**Task prompt**: Those lines of the records that contain "ThreePointArc" are to be located and copied.

═════ Extracted information ═════

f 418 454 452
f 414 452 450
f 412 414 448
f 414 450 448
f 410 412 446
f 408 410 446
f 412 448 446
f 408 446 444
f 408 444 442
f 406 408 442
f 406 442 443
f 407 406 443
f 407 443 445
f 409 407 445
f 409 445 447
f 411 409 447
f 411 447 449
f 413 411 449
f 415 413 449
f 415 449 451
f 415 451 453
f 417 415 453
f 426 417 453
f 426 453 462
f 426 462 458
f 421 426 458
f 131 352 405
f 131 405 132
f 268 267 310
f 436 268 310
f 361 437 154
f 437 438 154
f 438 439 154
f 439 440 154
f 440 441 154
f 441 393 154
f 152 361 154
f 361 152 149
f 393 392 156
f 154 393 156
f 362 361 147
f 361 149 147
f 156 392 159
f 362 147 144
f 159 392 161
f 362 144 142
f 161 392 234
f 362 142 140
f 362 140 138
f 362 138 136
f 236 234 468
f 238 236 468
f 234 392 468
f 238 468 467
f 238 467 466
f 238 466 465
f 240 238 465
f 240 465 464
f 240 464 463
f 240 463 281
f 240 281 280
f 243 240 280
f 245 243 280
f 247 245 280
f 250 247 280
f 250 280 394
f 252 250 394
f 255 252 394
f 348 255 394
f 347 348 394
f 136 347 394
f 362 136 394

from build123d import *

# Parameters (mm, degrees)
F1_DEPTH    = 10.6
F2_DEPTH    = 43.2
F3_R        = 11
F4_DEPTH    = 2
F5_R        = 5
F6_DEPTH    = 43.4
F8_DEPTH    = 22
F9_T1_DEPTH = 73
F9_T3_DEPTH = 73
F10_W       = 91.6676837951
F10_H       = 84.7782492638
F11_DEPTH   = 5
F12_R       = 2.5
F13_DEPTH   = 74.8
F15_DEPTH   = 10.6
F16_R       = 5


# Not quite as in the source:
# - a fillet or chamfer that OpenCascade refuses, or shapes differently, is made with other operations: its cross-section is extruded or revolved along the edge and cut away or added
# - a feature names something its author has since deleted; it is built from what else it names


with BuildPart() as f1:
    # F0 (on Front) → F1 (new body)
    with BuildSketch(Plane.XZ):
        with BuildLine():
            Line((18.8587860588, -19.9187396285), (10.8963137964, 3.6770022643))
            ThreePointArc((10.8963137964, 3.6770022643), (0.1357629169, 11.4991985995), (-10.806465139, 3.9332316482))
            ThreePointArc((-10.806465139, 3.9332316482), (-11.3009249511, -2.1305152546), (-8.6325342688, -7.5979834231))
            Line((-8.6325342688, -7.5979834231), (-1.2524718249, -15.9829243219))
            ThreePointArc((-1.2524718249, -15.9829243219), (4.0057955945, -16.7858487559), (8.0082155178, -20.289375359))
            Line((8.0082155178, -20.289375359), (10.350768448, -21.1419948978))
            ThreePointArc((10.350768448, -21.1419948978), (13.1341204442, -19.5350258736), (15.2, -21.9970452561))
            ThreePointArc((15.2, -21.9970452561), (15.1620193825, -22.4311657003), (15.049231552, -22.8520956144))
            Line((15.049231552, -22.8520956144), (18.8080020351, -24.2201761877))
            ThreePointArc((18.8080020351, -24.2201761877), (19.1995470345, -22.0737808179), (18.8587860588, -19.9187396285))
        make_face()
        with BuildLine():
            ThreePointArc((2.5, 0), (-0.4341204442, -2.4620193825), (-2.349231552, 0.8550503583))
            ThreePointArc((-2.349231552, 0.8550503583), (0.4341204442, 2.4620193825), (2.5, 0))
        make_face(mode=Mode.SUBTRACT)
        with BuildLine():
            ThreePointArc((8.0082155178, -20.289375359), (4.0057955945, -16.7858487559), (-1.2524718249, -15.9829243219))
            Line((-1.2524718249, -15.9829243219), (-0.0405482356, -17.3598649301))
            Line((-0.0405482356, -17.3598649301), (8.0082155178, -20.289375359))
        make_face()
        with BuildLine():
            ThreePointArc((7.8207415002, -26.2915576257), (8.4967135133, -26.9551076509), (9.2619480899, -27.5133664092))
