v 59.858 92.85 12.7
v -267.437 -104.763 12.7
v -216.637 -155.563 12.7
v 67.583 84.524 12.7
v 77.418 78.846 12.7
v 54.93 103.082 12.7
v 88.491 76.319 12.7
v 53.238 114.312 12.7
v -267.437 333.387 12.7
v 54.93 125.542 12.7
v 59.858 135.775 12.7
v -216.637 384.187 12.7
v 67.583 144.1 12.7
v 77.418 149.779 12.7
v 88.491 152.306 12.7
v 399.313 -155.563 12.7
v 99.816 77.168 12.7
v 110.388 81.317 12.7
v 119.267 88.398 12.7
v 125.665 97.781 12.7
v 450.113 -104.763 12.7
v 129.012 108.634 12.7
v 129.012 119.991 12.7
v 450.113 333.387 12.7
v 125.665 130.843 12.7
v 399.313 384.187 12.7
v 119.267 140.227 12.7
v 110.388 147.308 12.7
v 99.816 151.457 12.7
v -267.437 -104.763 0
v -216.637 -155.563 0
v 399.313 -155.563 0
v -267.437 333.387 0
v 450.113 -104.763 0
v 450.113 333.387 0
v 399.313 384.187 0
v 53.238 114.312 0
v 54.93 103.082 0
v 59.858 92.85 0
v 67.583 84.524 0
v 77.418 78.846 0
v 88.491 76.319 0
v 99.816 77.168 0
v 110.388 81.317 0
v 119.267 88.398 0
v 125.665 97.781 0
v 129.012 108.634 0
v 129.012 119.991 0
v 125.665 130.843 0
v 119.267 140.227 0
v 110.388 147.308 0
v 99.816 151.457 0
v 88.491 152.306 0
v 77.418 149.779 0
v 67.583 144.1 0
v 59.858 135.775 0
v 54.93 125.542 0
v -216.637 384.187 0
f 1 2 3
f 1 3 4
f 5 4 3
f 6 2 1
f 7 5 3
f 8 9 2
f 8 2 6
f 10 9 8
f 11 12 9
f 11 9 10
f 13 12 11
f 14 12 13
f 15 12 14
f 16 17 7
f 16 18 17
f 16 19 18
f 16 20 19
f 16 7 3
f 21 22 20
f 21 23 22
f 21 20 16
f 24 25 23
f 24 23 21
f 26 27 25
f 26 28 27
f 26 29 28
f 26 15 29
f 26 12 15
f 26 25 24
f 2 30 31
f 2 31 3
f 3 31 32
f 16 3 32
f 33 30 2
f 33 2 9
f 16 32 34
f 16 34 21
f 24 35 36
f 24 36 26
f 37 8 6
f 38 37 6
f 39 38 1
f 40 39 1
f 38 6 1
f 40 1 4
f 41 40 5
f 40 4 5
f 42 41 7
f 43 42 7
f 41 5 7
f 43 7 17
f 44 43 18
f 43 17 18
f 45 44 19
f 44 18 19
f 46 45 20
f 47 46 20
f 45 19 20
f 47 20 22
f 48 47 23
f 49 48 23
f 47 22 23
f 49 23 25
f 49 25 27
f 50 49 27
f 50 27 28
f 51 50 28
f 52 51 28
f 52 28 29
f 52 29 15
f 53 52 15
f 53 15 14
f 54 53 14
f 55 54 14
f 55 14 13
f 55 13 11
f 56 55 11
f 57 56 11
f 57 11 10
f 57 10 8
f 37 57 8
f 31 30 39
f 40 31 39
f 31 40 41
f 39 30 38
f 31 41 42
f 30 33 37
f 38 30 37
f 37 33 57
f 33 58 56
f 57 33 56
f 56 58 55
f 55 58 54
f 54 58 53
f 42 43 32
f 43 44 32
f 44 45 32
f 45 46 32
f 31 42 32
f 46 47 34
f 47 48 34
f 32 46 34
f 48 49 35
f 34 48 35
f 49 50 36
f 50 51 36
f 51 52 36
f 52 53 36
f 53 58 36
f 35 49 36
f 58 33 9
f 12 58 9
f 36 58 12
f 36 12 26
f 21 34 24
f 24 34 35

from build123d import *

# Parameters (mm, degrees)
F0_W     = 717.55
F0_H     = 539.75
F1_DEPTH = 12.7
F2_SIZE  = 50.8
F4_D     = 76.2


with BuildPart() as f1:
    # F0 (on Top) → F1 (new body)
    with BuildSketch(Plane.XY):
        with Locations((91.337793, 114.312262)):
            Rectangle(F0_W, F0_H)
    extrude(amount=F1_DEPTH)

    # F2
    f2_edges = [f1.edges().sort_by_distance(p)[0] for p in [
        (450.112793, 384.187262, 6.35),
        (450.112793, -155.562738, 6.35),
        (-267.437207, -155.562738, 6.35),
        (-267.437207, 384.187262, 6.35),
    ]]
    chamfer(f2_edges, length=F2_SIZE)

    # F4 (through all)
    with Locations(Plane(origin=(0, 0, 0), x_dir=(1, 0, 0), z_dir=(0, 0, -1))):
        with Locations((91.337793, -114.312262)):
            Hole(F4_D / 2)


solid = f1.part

═════

**Written answer**:
            ThreePointArc((10.8963137964, 3.6770022643), (0.1357629169, 11.4991985995), (-10.806465139, 3.9332316482))
            ThreePointArc((-10.806465139, 3.9332316482), (-11.3009249511, -2.1305152546), (-8.6325342688, -7.5979834231))
            ThreePointArc((-1.2524718249, -15.9829243219), (4.0057955945, -16.7858487559), (8.0082155178, -20.289375359))
            ThreePointArc((10.350768448, -21.1419948978), (13.1341204442, -19.5350258736), (15.2, -21.9970452561))
            ThreePointArc((15.2, -21.9970452561), (15.1620193825, -22.4311657003), (15.049231552, -22.8520956144))
            ThreePointArc((18.8080020351, -24.2201761877), (19.1995470345, -22.0737808179), (18.8587860588, -19.9187396285))
            ThreePointArc((2.5, 0), (-0.4341204442, -2.4620193825), (-2.349231552, 0.8550503583))
            ThreePointArc((-2.349231552, 0.8550503583), (0.4341204442, 2.4620193825), (2.5, 0))
            ThreePointArc((8.0082155178, -20.289375359), (4.0057955945, -16.7858487559), (-1.2524718249, -15.9829243219))
            ThreePointArc((7.8207415002, -26.2915576257), (8.4967135133, -26.9551076509), (9.2619480899, -27.5133664092))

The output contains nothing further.